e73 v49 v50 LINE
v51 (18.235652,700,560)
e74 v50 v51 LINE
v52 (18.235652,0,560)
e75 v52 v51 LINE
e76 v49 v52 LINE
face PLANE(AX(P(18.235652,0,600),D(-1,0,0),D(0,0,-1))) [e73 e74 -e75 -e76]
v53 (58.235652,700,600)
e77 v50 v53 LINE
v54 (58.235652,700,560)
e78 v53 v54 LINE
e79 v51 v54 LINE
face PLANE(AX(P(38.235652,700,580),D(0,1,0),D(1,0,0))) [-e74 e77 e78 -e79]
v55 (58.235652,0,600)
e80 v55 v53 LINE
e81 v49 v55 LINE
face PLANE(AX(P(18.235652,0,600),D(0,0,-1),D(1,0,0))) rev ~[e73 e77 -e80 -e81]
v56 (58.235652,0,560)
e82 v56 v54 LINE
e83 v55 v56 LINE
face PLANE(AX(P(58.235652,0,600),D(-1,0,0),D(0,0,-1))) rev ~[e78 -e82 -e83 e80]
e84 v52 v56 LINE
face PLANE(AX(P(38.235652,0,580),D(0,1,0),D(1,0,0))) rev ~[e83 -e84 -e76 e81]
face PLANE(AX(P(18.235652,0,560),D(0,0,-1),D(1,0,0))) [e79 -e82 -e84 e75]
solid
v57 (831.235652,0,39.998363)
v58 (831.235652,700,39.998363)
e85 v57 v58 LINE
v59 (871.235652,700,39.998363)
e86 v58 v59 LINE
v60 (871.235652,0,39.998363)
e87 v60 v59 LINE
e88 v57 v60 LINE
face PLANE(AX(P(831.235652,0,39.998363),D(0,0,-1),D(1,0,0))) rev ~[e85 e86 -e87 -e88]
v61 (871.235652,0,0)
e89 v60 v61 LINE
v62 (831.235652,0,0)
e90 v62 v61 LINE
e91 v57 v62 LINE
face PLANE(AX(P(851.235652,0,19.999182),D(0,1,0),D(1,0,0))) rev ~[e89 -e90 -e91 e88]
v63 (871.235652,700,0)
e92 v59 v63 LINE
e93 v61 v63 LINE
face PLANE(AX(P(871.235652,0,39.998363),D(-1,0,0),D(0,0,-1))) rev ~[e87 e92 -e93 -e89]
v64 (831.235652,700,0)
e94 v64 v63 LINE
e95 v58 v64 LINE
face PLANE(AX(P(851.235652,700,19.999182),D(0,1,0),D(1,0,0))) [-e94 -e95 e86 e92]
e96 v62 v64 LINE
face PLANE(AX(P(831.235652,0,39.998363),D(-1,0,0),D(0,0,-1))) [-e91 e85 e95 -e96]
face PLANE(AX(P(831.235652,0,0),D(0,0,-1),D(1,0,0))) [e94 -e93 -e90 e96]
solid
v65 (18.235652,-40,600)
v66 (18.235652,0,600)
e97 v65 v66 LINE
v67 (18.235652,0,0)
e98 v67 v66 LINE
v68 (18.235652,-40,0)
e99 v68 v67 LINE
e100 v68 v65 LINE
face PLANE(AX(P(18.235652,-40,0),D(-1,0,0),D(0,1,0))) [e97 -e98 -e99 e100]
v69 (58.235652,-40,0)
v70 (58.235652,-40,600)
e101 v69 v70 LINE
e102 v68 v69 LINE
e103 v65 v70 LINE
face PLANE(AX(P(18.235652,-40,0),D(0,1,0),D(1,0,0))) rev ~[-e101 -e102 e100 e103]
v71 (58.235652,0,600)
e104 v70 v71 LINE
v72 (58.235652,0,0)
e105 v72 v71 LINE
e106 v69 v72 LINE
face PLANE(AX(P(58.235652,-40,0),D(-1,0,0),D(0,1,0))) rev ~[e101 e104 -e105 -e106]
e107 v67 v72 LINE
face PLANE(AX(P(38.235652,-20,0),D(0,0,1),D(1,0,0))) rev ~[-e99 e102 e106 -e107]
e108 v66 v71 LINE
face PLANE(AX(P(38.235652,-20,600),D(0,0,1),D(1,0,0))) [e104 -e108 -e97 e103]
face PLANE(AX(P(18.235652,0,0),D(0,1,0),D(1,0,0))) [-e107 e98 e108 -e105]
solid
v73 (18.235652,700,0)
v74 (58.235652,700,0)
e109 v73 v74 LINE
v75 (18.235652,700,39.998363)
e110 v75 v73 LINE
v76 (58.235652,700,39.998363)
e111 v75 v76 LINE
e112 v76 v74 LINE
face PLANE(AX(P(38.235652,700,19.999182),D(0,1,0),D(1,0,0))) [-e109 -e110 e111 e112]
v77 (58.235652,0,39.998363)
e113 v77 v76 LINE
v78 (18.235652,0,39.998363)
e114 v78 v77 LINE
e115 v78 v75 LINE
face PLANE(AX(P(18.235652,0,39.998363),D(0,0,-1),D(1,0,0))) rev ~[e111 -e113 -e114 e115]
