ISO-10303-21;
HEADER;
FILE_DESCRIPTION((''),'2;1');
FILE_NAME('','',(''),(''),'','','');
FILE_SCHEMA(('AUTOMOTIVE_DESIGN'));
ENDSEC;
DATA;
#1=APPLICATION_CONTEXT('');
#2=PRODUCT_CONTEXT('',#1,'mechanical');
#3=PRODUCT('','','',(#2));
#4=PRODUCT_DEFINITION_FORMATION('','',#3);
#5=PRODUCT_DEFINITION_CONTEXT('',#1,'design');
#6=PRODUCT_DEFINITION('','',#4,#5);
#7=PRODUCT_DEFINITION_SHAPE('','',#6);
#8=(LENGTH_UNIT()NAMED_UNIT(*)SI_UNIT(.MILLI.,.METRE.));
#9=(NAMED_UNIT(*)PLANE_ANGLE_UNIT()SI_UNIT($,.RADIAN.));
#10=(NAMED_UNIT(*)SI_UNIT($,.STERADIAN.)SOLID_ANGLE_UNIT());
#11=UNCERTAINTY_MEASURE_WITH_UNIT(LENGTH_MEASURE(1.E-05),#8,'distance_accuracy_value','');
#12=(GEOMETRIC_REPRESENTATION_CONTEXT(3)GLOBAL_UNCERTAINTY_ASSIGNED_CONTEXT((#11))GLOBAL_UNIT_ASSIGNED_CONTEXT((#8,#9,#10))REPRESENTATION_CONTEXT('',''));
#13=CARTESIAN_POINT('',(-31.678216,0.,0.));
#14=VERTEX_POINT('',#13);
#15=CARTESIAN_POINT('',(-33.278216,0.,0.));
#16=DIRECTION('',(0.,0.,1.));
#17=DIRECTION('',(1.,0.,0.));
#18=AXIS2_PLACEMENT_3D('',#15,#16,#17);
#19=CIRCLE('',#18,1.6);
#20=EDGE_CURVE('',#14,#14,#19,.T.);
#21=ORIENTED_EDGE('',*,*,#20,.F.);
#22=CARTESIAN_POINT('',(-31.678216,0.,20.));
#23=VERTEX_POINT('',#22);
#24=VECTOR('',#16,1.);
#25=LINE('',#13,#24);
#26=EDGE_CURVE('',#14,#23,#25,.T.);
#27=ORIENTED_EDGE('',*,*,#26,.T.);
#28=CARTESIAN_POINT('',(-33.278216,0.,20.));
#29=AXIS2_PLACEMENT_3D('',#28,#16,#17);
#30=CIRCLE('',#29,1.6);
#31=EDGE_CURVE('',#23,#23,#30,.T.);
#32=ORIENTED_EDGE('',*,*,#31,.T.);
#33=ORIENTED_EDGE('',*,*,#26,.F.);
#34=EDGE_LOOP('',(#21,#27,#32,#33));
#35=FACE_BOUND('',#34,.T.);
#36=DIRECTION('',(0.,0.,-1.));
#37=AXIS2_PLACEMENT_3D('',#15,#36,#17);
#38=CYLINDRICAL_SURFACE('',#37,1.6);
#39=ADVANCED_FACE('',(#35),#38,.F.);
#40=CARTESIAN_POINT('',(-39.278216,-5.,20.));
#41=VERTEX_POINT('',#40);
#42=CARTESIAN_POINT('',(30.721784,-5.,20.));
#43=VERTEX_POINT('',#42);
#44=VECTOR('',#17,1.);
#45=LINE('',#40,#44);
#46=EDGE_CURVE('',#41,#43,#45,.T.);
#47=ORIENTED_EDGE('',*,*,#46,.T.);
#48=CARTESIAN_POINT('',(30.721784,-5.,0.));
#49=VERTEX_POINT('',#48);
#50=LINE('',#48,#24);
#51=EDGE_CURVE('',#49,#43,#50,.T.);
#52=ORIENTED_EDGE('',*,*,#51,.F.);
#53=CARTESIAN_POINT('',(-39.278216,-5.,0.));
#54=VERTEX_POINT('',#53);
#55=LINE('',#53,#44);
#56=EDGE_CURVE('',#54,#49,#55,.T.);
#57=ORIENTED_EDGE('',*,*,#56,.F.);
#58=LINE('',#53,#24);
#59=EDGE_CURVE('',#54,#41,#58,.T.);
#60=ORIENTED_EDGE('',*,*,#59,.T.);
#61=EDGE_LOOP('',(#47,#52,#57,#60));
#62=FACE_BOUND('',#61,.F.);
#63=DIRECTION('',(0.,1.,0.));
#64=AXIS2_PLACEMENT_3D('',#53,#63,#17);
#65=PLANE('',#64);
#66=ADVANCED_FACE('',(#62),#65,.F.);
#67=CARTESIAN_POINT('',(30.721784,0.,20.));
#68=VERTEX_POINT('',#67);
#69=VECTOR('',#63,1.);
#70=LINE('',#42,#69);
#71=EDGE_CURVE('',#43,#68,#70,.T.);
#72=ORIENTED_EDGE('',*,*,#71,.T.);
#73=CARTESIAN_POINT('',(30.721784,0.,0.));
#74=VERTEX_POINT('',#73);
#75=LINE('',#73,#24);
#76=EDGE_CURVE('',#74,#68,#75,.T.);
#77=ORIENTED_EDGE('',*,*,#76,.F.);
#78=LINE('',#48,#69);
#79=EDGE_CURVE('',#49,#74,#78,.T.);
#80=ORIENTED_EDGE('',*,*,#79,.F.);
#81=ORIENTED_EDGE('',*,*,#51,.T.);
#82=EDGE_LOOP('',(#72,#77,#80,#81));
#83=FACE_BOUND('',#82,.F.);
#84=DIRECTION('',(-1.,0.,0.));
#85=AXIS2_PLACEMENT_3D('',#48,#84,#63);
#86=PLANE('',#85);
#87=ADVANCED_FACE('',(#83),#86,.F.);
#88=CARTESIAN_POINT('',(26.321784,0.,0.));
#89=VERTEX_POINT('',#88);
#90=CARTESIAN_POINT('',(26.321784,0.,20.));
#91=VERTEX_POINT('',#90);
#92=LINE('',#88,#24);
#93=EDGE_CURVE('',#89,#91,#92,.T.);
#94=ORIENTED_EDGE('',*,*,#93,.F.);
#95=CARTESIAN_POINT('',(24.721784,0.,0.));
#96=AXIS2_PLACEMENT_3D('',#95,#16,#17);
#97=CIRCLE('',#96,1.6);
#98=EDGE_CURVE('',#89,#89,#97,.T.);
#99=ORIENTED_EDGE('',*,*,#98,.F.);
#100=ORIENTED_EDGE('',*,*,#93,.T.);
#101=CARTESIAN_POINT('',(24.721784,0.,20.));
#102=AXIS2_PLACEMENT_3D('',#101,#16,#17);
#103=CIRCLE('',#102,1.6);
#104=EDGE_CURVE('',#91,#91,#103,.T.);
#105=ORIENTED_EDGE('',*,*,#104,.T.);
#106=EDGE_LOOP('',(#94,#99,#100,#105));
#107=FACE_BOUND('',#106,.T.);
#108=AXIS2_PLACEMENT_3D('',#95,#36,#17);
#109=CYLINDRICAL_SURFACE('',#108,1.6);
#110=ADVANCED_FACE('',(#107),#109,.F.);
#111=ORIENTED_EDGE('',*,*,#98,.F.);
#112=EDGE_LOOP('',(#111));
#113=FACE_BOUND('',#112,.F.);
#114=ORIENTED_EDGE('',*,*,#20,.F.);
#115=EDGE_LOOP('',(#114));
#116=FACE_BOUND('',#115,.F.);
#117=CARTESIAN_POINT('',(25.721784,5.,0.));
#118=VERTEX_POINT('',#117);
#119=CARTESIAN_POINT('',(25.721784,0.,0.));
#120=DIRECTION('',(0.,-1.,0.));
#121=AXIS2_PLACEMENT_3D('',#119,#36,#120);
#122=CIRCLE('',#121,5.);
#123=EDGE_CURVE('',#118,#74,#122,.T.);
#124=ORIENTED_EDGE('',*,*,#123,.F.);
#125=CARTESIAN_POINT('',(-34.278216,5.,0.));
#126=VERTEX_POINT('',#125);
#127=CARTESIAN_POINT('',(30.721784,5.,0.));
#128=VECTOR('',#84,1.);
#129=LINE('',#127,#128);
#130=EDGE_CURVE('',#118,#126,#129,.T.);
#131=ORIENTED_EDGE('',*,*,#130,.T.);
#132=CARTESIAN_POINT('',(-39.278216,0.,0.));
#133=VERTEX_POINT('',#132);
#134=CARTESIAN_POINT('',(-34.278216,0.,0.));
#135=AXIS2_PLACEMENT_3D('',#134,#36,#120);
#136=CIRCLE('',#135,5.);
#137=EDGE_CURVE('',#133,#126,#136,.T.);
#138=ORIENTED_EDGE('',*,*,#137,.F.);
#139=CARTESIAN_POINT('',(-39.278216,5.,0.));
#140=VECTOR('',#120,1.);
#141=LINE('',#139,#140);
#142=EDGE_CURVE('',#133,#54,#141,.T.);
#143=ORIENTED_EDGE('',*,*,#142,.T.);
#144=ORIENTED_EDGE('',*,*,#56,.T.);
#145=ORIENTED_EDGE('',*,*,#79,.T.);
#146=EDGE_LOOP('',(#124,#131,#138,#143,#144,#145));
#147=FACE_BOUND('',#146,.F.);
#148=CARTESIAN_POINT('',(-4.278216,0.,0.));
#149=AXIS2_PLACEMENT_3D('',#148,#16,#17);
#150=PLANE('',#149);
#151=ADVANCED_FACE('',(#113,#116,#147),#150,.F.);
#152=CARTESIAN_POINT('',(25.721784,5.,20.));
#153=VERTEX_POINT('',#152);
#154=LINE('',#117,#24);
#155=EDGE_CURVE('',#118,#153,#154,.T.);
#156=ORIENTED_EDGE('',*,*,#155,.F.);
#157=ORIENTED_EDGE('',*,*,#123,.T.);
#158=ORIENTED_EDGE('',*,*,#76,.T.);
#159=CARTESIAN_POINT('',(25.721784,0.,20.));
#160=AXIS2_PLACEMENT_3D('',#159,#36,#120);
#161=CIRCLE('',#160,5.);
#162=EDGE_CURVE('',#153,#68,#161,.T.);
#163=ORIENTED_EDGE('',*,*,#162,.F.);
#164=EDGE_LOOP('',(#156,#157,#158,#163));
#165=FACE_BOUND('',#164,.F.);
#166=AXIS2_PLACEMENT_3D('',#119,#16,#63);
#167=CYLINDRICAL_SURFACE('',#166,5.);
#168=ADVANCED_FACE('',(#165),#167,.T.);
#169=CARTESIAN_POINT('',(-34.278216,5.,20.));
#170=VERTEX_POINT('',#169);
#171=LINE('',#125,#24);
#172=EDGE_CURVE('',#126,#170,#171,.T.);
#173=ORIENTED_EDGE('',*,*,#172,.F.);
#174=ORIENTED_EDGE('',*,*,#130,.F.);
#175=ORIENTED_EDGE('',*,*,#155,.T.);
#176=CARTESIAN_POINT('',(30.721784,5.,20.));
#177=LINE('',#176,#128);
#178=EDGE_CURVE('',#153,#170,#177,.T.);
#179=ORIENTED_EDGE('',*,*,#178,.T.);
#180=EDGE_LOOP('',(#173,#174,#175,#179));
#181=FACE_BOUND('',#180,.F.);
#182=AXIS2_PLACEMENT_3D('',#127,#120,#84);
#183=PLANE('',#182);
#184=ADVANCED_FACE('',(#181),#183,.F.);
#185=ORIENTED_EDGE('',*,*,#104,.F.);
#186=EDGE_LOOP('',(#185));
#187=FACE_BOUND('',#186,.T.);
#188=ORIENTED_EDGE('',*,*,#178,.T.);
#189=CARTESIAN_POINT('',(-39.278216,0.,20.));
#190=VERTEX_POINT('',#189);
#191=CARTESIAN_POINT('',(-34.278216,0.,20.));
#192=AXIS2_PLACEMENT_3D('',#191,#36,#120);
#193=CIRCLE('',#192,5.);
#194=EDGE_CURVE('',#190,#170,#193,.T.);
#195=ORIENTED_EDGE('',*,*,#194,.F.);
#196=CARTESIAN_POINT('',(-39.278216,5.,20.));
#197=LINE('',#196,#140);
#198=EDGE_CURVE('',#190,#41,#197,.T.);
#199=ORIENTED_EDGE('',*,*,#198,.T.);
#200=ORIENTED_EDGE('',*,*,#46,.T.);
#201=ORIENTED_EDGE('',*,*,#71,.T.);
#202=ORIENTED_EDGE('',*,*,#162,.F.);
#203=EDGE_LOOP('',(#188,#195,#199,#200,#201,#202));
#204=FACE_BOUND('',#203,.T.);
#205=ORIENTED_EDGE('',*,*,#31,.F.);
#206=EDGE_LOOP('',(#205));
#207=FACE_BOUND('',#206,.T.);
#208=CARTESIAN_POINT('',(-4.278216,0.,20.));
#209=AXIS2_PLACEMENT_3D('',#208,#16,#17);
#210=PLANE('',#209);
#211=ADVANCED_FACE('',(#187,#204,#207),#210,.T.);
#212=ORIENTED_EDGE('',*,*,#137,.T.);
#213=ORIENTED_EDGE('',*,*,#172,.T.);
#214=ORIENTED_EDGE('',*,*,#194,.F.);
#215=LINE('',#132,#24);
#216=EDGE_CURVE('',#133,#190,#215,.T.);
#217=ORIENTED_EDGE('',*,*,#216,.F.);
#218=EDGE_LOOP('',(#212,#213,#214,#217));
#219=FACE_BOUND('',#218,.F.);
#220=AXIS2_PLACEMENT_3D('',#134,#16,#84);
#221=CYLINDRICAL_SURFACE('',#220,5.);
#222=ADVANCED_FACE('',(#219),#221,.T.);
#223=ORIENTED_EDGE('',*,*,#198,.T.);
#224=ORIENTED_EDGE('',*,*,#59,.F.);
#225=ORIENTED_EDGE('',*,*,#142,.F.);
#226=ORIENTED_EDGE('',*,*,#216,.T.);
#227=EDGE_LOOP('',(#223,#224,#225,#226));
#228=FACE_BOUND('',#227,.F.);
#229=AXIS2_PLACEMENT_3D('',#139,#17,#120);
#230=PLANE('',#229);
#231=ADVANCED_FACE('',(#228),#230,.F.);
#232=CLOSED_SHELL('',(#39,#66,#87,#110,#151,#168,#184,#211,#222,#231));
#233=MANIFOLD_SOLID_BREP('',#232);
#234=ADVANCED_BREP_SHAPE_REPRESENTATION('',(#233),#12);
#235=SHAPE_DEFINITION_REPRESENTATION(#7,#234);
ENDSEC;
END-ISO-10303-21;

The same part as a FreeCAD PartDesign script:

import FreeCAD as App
import Part
import Sketcher
from FreeCAD import Vector
Q = App.Units.Quantity


def edges_at(feature, points):
    """Names of the edges that pass closest to the given points."""
    edges = feature.Shape.Edges
    near = lambda p: min(range(len(edges)), key=lambda i: edges[i].distToShape(Part.Vertex(*p))[0])
    return sorted({f"Edge{near(p) + 1}" for p in points})

doc = App.newDocument("Part")
body = doc.addObject("PartDesign::Body", "Body")

sketch1 = doc.addObject("Sketcher::SketchObject", "Sketch")
body.addObject(sketch1)
sketch1.AttachmentSupport = (doc.XY_Plane, [""])
sketch1.MapMode = "FlatFace"
sketch1.addGeometry([
    Part.LineSegment(Vector(-39.3, 5, 0), Vector(-39.3, -5, 0)),
    Part.LineSegment(Vector(-39.3, -5, 0), Vector(30.7, -5, 0)),
    Part.LineSegment(Vector(30.7, -5, 0), Vector(30.7, 5, 0)),
    Part.LineSegment(Vector(30.7, 5, 0), Vector(-39.3, 5, 0)),
    Part.Circle(Vector(-33.3, 0, 0), Vector(0, 0, 1), 1.6),
    Part.Circle(Vector(24.7, 0, 0), Vector(0, 0, 1), 1.6),
], False)
sketch1.addConstraint([
    Sketcher.Constraint("Coincident", 0, 2, 1, 1),
    Sketcher.Constraint("Coincident", 1, 2, 2, 1),
    Sketcher.Constraint("Coincident", 2, 2, 3, 1),
    Sketcher.Constraint("Coincident", 3, 2, 0, 1),
    Sketcher.Constraint("Vertical", 0),
    Sketcher.Constraint("Horizontal", 1),
    Sketcher.Constraint("Vertical", 2),
    Sketcher.Constraint("Horizontal", 3),
    Sketcher.Constraint("Equal", 4, 5),
    Sketcher.Constraint("PointOnObject", 4, 3, -1),
    Sketcher.Constraint("PointOnObject", 5, 3, -1),
    Sketcher.Constraint("Diameter", 4, Q("3.2 mm")),
    Sketcher.Constraint("DistanceX", 1, 1, 1, 2, Q("70 mm")),
    Sketcher.Constraint("DistanceY", 0, 2, 0, 1, Q("10 mm")),
    Sketcher.Constraint("DistanceY", 0, 2, -1, 1, Q("5 mm")),
    Sketcher.Constraint("DistanceX", 4, 3, 5, 3, Q("58 mm")),
    Sketcher.Constraint("DistanceX", 0, 2, 4, 3, Q("6 mm")),
    Sketcher.Constraint("DistanceX", 4, 3, -1, 1, Q("33.278216 mm")),
])
pad1 = doc.addObject("PartDesign::Pad", "Pad")
body.addObject(pad1)
pad1.Profile = sketch1
pad1.Length = 20
doc.recompute()

fillet = doc.addObject("PartDesign::Fillet", "Fillet")
body.addObject(fillet)
fillet.Base = (pad1, edges_at(pad1, [(-39.278, 5, 10), (30.722, 5, 10)]))
fillet.Radius = 5

doc.recompute()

^^^^^^^^

## PROBLEM
Copy every line of the material above in which the word "DIRECTION" appears.

## WRITTEN SOLUTION
#16=DIRECTION('',(0.,0.,1.));
#17=DIRECTION('',(1.,0.,0.));
#36=DIRECTION('',(0.,0.,-1.));
#63=DIRECTION('',(0.,1.,0.));
#84=DIRECTION('',(-1.,0.,0.));
#120=DIRECTION('',(0.,-1.,0.));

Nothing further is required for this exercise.